WHAT TO DO: From the listing below, copy each line that holds "DIRECTION".
Segment Start: DATA RECORDS
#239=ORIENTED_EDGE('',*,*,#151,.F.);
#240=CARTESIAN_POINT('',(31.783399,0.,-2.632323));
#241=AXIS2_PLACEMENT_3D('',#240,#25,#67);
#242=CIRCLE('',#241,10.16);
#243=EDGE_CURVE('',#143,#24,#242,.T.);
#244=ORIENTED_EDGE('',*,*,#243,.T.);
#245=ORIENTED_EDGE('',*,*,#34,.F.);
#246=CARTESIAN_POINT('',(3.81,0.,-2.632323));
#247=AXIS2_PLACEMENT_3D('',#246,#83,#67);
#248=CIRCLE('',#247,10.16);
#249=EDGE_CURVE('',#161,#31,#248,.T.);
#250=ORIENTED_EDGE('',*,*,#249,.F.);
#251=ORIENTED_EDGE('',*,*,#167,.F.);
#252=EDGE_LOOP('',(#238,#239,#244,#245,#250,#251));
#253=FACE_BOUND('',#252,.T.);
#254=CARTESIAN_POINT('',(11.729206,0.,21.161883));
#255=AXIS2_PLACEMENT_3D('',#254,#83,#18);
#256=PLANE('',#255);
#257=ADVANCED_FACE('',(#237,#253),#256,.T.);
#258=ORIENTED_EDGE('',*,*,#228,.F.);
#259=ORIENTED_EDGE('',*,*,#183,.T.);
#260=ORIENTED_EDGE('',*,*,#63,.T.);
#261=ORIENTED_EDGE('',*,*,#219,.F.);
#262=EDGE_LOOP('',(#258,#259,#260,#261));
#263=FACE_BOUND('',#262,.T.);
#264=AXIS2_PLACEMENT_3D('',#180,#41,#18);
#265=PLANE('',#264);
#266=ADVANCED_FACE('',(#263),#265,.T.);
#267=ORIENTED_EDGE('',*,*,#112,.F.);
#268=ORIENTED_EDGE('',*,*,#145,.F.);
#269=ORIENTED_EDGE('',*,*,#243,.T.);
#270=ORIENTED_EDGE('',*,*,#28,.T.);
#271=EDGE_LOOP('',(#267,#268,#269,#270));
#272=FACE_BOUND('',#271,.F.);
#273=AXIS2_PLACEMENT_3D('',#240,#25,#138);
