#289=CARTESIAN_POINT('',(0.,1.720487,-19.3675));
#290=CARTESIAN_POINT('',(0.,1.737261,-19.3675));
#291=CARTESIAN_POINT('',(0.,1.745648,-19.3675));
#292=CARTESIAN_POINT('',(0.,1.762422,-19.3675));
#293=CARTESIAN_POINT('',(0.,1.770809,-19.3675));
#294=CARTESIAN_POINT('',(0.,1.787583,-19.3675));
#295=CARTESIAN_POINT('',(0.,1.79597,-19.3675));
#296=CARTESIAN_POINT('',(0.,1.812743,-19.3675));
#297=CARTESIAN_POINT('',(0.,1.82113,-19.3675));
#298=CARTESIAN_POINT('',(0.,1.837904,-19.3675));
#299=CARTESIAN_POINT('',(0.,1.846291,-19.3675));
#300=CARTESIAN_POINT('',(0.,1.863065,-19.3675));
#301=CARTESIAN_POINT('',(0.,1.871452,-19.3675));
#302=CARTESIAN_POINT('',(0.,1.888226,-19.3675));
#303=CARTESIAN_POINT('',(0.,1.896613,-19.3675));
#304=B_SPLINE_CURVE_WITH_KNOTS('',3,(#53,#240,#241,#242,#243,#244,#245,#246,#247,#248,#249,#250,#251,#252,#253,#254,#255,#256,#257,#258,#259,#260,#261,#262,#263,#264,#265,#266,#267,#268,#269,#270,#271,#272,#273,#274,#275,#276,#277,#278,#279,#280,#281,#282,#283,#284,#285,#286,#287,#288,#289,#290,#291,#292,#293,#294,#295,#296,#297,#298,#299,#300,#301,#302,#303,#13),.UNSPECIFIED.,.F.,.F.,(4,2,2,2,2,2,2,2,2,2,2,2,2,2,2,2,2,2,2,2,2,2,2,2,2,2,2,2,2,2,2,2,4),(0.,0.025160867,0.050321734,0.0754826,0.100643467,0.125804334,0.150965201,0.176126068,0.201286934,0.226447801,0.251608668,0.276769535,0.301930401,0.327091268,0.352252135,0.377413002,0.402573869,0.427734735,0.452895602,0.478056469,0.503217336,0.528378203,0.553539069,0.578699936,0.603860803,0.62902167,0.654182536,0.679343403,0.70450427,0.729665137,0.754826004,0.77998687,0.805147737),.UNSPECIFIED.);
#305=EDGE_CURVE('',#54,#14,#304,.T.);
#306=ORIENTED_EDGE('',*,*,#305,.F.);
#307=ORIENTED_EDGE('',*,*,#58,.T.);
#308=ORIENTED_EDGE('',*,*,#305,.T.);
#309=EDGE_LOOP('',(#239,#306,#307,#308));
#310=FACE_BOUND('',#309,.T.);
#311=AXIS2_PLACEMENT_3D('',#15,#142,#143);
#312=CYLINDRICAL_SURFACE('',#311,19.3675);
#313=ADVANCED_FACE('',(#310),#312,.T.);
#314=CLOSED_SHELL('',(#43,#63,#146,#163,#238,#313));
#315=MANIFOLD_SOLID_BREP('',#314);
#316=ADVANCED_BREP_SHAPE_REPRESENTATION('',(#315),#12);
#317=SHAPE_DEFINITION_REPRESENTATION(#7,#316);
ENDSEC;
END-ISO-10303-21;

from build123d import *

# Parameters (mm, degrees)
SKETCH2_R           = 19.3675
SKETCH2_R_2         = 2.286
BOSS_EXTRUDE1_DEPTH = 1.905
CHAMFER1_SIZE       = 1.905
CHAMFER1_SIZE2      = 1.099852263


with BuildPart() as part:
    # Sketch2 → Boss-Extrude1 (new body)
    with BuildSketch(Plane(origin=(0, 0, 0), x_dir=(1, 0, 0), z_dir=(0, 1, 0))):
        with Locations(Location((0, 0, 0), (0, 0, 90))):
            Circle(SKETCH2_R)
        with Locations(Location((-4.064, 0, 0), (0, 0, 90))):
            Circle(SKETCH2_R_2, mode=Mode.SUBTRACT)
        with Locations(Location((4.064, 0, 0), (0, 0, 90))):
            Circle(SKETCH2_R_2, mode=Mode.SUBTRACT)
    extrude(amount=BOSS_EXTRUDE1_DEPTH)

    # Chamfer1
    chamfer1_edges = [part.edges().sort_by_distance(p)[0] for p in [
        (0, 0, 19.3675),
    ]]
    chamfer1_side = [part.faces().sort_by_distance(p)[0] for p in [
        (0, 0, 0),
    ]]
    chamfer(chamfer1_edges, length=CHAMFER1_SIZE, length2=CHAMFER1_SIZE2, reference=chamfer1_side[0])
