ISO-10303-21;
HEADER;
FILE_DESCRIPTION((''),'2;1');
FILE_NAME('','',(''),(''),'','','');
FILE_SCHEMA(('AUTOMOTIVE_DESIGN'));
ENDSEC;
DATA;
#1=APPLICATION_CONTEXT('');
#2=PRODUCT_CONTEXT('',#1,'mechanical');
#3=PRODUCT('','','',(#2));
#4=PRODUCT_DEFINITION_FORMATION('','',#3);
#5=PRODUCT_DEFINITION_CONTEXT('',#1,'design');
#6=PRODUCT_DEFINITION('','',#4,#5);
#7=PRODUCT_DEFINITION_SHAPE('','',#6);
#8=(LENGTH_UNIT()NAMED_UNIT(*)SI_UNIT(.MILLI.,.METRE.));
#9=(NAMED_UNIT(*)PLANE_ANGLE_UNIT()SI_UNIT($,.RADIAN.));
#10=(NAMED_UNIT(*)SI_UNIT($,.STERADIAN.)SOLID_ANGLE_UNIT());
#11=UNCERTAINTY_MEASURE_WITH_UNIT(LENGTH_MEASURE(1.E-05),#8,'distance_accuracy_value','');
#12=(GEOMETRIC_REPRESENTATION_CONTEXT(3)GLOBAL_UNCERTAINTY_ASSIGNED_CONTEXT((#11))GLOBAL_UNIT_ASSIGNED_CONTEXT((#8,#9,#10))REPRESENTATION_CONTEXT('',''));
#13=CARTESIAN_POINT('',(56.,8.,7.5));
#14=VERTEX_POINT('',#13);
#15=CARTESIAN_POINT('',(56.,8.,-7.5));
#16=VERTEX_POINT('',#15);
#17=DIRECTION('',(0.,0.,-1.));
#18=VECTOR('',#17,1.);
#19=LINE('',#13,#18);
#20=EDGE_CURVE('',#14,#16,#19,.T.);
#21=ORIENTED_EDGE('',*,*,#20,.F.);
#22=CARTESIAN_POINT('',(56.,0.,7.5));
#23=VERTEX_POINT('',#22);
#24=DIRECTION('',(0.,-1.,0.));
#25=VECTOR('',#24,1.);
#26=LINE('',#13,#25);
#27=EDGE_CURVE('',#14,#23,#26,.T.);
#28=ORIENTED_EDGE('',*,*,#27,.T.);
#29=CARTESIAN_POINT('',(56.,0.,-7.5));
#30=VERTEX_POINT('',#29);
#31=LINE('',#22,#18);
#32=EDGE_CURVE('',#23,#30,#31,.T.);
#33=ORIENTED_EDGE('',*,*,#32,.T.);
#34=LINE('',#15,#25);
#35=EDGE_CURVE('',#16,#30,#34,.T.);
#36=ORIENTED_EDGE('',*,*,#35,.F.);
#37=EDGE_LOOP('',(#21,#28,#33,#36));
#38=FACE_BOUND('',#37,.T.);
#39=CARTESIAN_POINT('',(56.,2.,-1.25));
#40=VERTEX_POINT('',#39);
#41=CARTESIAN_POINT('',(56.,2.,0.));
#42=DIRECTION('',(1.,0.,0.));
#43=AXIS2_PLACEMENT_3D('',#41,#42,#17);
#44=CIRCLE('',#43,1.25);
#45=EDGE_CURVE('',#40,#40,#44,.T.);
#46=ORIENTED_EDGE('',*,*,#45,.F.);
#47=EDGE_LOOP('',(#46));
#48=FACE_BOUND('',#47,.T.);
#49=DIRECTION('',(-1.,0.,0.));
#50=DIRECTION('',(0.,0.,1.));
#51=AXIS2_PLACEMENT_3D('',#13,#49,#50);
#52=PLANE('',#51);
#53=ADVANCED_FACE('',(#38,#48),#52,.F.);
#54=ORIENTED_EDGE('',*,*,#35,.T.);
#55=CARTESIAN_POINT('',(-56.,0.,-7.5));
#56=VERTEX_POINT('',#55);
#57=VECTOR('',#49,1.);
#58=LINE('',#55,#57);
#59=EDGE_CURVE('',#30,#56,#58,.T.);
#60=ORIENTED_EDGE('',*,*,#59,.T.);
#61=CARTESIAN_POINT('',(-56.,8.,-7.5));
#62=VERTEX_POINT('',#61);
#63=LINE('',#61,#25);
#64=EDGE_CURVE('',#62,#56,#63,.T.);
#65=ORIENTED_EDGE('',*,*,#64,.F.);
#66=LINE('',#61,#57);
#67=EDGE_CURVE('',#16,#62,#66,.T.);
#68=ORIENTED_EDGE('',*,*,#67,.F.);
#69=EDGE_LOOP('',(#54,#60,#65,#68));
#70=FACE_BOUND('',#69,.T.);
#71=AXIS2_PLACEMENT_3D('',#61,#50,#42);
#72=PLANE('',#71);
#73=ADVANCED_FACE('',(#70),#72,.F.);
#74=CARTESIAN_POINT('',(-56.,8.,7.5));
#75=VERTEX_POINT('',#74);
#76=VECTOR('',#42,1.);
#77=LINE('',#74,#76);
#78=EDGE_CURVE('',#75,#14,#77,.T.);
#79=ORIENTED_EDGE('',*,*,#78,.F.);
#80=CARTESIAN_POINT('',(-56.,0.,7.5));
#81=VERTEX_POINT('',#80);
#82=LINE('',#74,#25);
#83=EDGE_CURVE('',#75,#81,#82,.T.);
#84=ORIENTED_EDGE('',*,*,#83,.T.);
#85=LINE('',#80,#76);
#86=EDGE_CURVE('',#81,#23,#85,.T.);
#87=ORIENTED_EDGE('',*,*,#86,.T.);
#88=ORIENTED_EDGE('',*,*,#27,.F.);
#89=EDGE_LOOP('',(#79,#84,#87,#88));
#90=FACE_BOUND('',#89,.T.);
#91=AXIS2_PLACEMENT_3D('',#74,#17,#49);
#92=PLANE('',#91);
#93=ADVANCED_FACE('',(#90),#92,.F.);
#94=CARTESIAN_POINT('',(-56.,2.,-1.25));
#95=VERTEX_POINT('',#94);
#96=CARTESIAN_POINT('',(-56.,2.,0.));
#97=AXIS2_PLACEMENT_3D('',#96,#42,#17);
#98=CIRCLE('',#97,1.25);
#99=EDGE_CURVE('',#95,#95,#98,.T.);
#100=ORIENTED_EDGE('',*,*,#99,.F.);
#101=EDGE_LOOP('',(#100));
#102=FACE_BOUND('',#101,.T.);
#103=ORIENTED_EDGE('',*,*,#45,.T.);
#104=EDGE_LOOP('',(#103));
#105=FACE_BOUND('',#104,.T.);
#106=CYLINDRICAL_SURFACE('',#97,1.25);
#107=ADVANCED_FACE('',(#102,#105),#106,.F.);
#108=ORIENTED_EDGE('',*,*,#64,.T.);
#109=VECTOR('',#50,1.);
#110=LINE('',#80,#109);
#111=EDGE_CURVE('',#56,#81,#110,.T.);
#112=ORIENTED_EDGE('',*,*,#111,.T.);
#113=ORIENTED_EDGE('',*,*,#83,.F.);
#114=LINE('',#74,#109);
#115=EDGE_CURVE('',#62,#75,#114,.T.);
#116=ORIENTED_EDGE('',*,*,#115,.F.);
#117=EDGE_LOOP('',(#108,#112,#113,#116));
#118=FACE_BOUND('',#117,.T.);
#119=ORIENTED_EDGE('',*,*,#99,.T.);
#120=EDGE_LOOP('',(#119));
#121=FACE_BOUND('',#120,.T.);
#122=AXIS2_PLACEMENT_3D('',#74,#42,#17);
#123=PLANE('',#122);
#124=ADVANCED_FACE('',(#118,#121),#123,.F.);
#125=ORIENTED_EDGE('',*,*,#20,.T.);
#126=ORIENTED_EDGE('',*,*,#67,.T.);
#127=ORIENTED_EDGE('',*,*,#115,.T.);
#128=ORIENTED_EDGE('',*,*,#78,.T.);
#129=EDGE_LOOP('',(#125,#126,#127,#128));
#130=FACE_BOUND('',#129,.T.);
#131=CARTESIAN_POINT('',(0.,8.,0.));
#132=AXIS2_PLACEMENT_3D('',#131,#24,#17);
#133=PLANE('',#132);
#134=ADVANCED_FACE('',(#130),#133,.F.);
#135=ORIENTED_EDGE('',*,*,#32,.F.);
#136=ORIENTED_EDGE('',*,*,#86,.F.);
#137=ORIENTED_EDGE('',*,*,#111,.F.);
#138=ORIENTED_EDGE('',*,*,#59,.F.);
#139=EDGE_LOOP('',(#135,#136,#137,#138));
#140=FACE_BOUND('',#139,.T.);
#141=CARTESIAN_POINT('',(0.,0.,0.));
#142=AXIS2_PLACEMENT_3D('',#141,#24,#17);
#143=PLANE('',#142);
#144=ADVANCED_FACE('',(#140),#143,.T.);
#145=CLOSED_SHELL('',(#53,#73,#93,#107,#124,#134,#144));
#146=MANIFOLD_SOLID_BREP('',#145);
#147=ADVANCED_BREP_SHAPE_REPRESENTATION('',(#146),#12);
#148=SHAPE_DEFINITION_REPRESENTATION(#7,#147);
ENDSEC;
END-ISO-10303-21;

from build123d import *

# Parameters (mm, degrees)
SKIZZE1_W                       = 112
SKIZZE1_H                       = 15
AUFSATZ_LINEAR_AUSTRAGEN1_DEPTH = 8
SKIZZE2_R                       = 1.25
SCHNITT_LINEAR_AUSTRAGEN1_DEPTH = 113.535549939


with BuildPart() as part:
    # Skizze1 → Aufsatz-Linear austragen1 (new body)
    with BuildSketch(Plane(origin=(0, 0, 0), x_dir=(1, 0, 0), z_dir=(0, 1, 0))):
        Rectangle(SKIZZE1_W, SKIZZE1_H)
    extrude(amount=AUFSATZ_LINEAR_AUSTRAGEN1_DEPTH)

    # Skizze2 → Schnitt-Linear austragen1 (cut, through all)
    with BuildSketch(Plane(origin=(56, 0, 0), x_dir=(0, 0, -1), z_dir=(1, 0, 0))):
        with Locations((0, 2)):
            Circle(SKIZZE2_R)
    extrude(amount=-SCHNITT_LINEAR_AUSTRAGEN1_DEPTH, mode=Mode.SUBTRACT)


solid = part.part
Segment End: DATA RECORDS
SOLUTION FOR THIS EXERCISE:
#17=DIRECTION('',(0.,0.,-1.));
#24=DIRECTION('',(0.,-1.,0.));
#42=DIRECTION('',(1.,0.,0.));
#49=DIRECTION('',(-1.,0.,0.));
#50=DIRECTION('',(0.,0.,1.));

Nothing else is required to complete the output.